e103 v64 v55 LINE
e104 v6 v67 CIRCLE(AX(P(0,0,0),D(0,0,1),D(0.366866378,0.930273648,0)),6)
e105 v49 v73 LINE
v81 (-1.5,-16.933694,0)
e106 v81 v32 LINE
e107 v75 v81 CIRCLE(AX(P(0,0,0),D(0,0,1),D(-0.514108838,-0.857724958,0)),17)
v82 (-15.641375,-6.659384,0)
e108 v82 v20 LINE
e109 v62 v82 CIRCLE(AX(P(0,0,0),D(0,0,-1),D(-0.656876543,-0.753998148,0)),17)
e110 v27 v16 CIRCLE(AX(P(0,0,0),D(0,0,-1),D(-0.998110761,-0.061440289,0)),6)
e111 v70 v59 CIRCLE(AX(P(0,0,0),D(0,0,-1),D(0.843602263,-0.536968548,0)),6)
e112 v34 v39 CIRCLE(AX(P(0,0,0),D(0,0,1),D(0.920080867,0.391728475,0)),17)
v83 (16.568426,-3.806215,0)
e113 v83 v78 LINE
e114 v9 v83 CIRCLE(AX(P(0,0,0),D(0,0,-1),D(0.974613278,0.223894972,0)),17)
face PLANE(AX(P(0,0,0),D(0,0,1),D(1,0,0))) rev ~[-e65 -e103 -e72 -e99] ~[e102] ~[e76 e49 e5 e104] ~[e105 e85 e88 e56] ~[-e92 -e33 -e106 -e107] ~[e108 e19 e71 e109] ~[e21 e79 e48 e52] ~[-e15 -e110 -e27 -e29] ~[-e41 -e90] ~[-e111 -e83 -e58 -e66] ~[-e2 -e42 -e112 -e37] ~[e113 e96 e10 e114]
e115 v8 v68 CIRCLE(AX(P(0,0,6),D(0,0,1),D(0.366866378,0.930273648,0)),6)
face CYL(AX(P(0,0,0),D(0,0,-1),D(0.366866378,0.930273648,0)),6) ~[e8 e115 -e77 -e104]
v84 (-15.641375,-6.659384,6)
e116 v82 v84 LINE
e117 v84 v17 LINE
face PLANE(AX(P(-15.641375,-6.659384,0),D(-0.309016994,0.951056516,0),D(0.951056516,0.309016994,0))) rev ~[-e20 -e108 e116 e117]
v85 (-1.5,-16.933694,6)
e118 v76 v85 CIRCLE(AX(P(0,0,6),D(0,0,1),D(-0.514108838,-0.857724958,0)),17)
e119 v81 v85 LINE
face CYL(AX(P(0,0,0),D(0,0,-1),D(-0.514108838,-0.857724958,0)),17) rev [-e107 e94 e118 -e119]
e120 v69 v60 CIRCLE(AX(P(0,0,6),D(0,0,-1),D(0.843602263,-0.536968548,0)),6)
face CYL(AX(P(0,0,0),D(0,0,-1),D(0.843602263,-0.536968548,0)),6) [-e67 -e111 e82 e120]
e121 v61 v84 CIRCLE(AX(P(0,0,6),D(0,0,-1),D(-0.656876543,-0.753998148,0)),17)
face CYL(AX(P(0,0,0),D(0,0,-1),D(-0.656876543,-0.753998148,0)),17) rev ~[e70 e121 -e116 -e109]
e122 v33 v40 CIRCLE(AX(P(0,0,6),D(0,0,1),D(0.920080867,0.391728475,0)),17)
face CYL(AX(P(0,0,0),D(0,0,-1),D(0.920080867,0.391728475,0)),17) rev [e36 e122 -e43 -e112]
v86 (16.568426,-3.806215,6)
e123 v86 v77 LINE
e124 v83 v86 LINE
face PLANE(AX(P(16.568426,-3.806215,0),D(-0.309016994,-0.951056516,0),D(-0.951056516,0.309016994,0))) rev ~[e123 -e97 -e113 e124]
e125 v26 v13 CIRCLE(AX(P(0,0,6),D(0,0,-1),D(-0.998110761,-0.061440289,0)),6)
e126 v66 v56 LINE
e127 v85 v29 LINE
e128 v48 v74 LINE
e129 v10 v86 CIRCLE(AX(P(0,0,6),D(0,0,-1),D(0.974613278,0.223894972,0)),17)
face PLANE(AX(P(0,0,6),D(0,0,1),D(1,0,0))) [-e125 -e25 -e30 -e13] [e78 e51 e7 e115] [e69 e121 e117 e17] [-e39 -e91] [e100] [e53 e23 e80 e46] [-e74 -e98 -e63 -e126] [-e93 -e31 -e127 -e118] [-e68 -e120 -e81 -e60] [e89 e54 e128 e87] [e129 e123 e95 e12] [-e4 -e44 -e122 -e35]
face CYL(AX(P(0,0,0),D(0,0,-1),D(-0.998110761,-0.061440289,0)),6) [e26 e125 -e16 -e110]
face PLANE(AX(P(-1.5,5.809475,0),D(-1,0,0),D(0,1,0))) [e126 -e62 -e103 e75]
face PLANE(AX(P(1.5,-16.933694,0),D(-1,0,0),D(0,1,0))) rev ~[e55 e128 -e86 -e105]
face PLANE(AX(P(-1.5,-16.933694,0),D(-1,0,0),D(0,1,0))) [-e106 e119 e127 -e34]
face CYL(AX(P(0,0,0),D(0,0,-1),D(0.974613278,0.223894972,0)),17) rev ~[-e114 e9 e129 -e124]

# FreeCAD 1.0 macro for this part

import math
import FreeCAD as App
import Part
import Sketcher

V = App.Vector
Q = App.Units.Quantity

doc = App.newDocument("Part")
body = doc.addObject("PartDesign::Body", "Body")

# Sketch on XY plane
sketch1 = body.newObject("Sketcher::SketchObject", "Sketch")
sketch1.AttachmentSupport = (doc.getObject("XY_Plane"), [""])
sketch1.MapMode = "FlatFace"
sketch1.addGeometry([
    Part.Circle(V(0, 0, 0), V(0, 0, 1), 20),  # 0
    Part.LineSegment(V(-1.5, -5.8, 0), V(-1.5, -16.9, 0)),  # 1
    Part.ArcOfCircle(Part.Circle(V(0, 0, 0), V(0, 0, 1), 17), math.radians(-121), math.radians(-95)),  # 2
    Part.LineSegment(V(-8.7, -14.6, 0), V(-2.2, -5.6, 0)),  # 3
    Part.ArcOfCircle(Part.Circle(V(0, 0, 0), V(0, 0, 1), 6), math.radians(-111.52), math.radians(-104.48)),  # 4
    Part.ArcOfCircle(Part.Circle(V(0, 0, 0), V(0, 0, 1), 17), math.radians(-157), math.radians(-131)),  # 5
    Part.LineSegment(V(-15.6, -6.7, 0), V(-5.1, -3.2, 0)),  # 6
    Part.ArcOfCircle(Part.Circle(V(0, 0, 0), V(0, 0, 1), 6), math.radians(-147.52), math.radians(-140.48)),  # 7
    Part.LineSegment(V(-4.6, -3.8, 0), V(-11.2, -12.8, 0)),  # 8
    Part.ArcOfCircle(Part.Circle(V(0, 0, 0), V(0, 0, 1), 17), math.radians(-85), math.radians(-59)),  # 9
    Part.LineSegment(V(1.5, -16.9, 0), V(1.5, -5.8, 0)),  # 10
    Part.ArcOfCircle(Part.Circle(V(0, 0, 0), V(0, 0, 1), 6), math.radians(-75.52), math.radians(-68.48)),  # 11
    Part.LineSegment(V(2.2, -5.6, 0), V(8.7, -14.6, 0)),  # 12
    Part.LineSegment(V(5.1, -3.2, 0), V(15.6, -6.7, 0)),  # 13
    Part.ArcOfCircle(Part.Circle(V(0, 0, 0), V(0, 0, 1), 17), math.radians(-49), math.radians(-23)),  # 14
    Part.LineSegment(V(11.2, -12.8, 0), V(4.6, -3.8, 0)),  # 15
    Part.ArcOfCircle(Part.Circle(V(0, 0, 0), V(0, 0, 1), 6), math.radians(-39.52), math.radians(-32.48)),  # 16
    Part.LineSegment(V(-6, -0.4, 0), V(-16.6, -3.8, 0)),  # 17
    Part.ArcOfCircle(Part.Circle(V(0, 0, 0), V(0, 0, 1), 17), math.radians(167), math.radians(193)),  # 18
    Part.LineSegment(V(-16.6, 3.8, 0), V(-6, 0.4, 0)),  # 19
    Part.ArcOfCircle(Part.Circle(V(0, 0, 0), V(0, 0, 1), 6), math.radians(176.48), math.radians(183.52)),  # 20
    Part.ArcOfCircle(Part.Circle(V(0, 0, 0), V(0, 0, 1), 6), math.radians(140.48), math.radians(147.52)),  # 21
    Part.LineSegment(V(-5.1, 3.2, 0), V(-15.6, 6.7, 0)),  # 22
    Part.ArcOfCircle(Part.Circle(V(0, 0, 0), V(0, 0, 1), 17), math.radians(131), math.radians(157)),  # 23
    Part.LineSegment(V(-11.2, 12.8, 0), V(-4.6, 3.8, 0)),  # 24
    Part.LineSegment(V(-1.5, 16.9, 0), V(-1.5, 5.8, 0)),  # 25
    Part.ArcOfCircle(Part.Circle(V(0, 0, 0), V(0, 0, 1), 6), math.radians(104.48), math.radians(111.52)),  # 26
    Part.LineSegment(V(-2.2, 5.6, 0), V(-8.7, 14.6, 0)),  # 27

Exercise directions ->
Among the entries above, copy exactly only the lines starting with the one containing "e117 v84 v17 LINE" and going through the one containing "e119 v81 v85 LINE", both ends included.

Answer space ->
e117 v84 v17 LINE
face PLANE(AX(P(-15.641375,-6.659384,0),D(-0.309016994,0.951056516,0),D(0.951056516,0.309016994,0))) rev ~[-e20 -e108 e116 e117]
v85 (-1.5,-16.933694,6)
e118 v76 v85 CIRCLE(AX(P(0,0,6),D(0,0,1),D(-0.514108838,-0.857724958,0)),17)
e119 v81 v85 LINE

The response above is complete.